**PROBLEM STATEMENT:**
In the records below, find the line with "#10=(NAMED_UNIT(*)SI_UNIT($,.STERADIAN.)SOLID_ANGLE_UNIT());" and the line with "#42=EDGE_CURVE('',#40,#40,#41,.T.);". Print both exactly, along with every line between them, and no other line.

+++ INPUT RECORDS

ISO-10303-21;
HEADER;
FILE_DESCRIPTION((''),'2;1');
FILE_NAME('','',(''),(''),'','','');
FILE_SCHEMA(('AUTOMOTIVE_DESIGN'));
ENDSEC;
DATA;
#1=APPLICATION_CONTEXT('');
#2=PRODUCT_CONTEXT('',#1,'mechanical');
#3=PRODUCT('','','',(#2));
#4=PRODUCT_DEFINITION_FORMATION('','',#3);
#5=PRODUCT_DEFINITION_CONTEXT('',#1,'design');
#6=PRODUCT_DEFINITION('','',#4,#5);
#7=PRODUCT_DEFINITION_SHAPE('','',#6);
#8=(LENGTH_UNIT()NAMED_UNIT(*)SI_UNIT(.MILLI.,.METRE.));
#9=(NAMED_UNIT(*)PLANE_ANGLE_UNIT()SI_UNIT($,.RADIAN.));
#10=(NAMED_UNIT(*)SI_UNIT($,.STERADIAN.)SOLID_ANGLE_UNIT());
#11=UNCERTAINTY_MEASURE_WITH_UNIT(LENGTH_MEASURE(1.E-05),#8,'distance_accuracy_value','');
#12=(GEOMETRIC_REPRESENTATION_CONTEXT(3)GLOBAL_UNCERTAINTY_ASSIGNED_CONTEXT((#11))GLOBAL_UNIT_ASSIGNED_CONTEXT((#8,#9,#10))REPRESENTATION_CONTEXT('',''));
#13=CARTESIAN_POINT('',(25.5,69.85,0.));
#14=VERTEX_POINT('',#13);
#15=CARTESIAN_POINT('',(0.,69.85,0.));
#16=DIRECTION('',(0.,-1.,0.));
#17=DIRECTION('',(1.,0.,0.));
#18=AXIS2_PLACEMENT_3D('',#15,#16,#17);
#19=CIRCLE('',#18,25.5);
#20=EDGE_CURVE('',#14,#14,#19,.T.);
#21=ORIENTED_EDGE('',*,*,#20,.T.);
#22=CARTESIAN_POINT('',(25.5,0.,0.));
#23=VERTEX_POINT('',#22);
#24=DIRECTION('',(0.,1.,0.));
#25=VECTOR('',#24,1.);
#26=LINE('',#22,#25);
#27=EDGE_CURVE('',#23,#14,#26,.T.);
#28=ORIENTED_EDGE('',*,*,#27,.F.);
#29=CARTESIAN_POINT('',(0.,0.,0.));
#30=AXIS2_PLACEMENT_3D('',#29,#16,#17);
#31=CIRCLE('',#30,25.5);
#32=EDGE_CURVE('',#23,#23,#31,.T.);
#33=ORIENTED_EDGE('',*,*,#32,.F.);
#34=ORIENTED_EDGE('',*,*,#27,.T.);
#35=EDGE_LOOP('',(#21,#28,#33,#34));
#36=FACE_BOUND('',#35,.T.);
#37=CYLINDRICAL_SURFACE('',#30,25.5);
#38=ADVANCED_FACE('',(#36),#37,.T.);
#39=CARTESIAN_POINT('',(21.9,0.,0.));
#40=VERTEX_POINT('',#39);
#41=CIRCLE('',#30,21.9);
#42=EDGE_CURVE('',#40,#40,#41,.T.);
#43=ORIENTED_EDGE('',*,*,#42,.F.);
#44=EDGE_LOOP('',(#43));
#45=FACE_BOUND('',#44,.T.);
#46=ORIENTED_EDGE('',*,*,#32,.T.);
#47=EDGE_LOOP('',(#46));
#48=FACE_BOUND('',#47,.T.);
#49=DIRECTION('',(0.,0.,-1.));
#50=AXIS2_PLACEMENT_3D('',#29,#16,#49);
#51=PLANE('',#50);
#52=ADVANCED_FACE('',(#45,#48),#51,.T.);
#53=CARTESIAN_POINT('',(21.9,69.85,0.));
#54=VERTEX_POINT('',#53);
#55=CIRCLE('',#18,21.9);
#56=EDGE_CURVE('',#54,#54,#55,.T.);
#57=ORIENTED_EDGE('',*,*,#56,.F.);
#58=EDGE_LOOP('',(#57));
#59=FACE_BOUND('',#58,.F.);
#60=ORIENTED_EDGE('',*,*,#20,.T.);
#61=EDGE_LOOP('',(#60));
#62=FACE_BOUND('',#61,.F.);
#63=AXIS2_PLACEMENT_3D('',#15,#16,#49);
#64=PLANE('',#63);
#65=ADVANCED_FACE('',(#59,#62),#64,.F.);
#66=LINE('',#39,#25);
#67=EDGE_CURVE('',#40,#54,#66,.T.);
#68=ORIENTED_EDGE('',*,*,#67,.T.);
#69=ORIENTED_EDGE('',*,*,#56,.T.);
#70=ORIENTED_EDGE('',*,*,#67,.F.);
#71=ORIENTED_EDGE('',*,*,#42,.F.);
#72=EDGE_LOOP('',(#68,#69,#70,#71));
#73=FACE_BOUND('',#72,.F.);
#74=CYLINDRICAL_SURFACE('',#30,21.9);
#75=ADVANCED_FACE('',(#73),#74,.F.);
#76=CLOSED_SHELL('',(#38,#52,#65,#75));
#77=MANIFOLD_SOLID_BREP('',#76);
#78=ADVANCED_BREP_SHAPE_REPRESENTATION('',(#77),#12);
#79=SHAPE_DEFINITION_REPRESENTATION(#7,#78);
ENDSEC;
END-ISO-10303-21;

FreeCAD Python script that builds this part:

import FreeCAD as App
import Part
import Sketcher
from FreeCAD import Vector

doc = App.newDocument("Part")
body = doc.addObject("PartDesign::Body", "Body")

sketch1 = body.newObject("Sketcher::SketchObject", "Sketch")
sketch1.AttachmentSupport = (doc.getObject("XZ_Plane"), [""])
sketch1.MapMode = "FlatFace"
sketch1.addGeometry([
    Part.Circle(Vector(0, 0, 0), Vector(0, 0, 1), 26),
    Part.Circle(Vector(0, 0, 0), Vector(0, 0, 1), 22),
], False)
sketch1.addConstraint([
    Sketcher.Constraint("Coincident", 0, 3, -1, 1),
    Sketcher.Constraint("Coincident", 1, 3, -1, 1),
    Sketcher.Constraint("Diameter", 0, 51.0),
    Sketcher.Constraint("Diameter", 1, 43.8),
])
pad1 = body.newObject("PartDesign::Pad", "Pad")
pad1.Profile = sketch1
pad1.Length = 69.85
pad1.Reversed = True

doc.recompute()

++++++

**OUTPUT OF THE TASK:**
#10=(NAMED_UNIT(*)SI_UNIT($,.STERADIAN.)SOLID_ANGLE_UNIT());
#11=UNCERTAINTY_MEASURE_WITH_UNIT(LENGTH_MEASURE(1.E-05),#8,'distance_accuracy_value','');
#12=(GEOMETRIC_REPRESENTATION_CONTEXT(3)GLOBAL_UNCERTAINTY_ASSIGNED_CONTEXT((#11))GLOBAL_UNIT_ASSIGNED_CONTEXT((#8,#9,#10))REPRESENTATION_CONTEXT('',''));
#13=CARTESIAN_POINT('',(25.5,69.85,0.));
#14=VERTEX_POINT('',#13);
#15=CARTESIAN_POINT('',(0.,69.85,0.));
#16=DIRECTION('',(0.,-1.,0.));
#17=DIRECTION('',(1.,0.,0.));
#18=AXIS2_PLACEMENT_3D('',#15,#16,#17);
#19=CIRCLE('',#18,25.5);
#20=EDGE_CURVE('',#14,#14,#19,.T.);
#21=ORIENTED_EDGE('',*,*,#20,.T.);
#22=CARTESIAN_POINT('',(25.5,0.,0.));
#23=VERTEX_POINT('',#22);
#24=DIRECTION('',(0.,1.,0.));
#25=VECTOR('',#24,1.);
#26=LINE('',#22,#25);
#27=EDGE_CURVE('',#23,#14,#26,.T.);
#28=ORIENTED_EDGE('',*,*,#27,.F.);
#29=CARTESIAN_POINT('',(0.,0.,0.));
#30=AXIS2_PLACEMENT_3D('',#29,#16,#17);
#31=CIRCLE('',#30,25.5);
#32=EDGE_CURVE('',#23,#23,#31,.T.);
#33=ORIENTED_EDGE('',*,*,#32,.F.);
#34=ORIENTED_EDGE('',*,*,#27,.T.);
#35=EDGE_LOOP('',(#21,#28,#33,#34));
#36=FACE_BOUND('',#35,.T.);
#37=CYLINDRICAL_SURFACE('',#30,25.5);
#38=ADVANCED_FACE('',(#36),#37,.T.);
#39=CARTESIAN_POINT('',(21.9,0.,0.));
#40=VERTEX_POINT('',#39);
#41=CIRCLE('',#30,21.9);
#42=EDGE_CURVE('',#40,#40,#41,.T.);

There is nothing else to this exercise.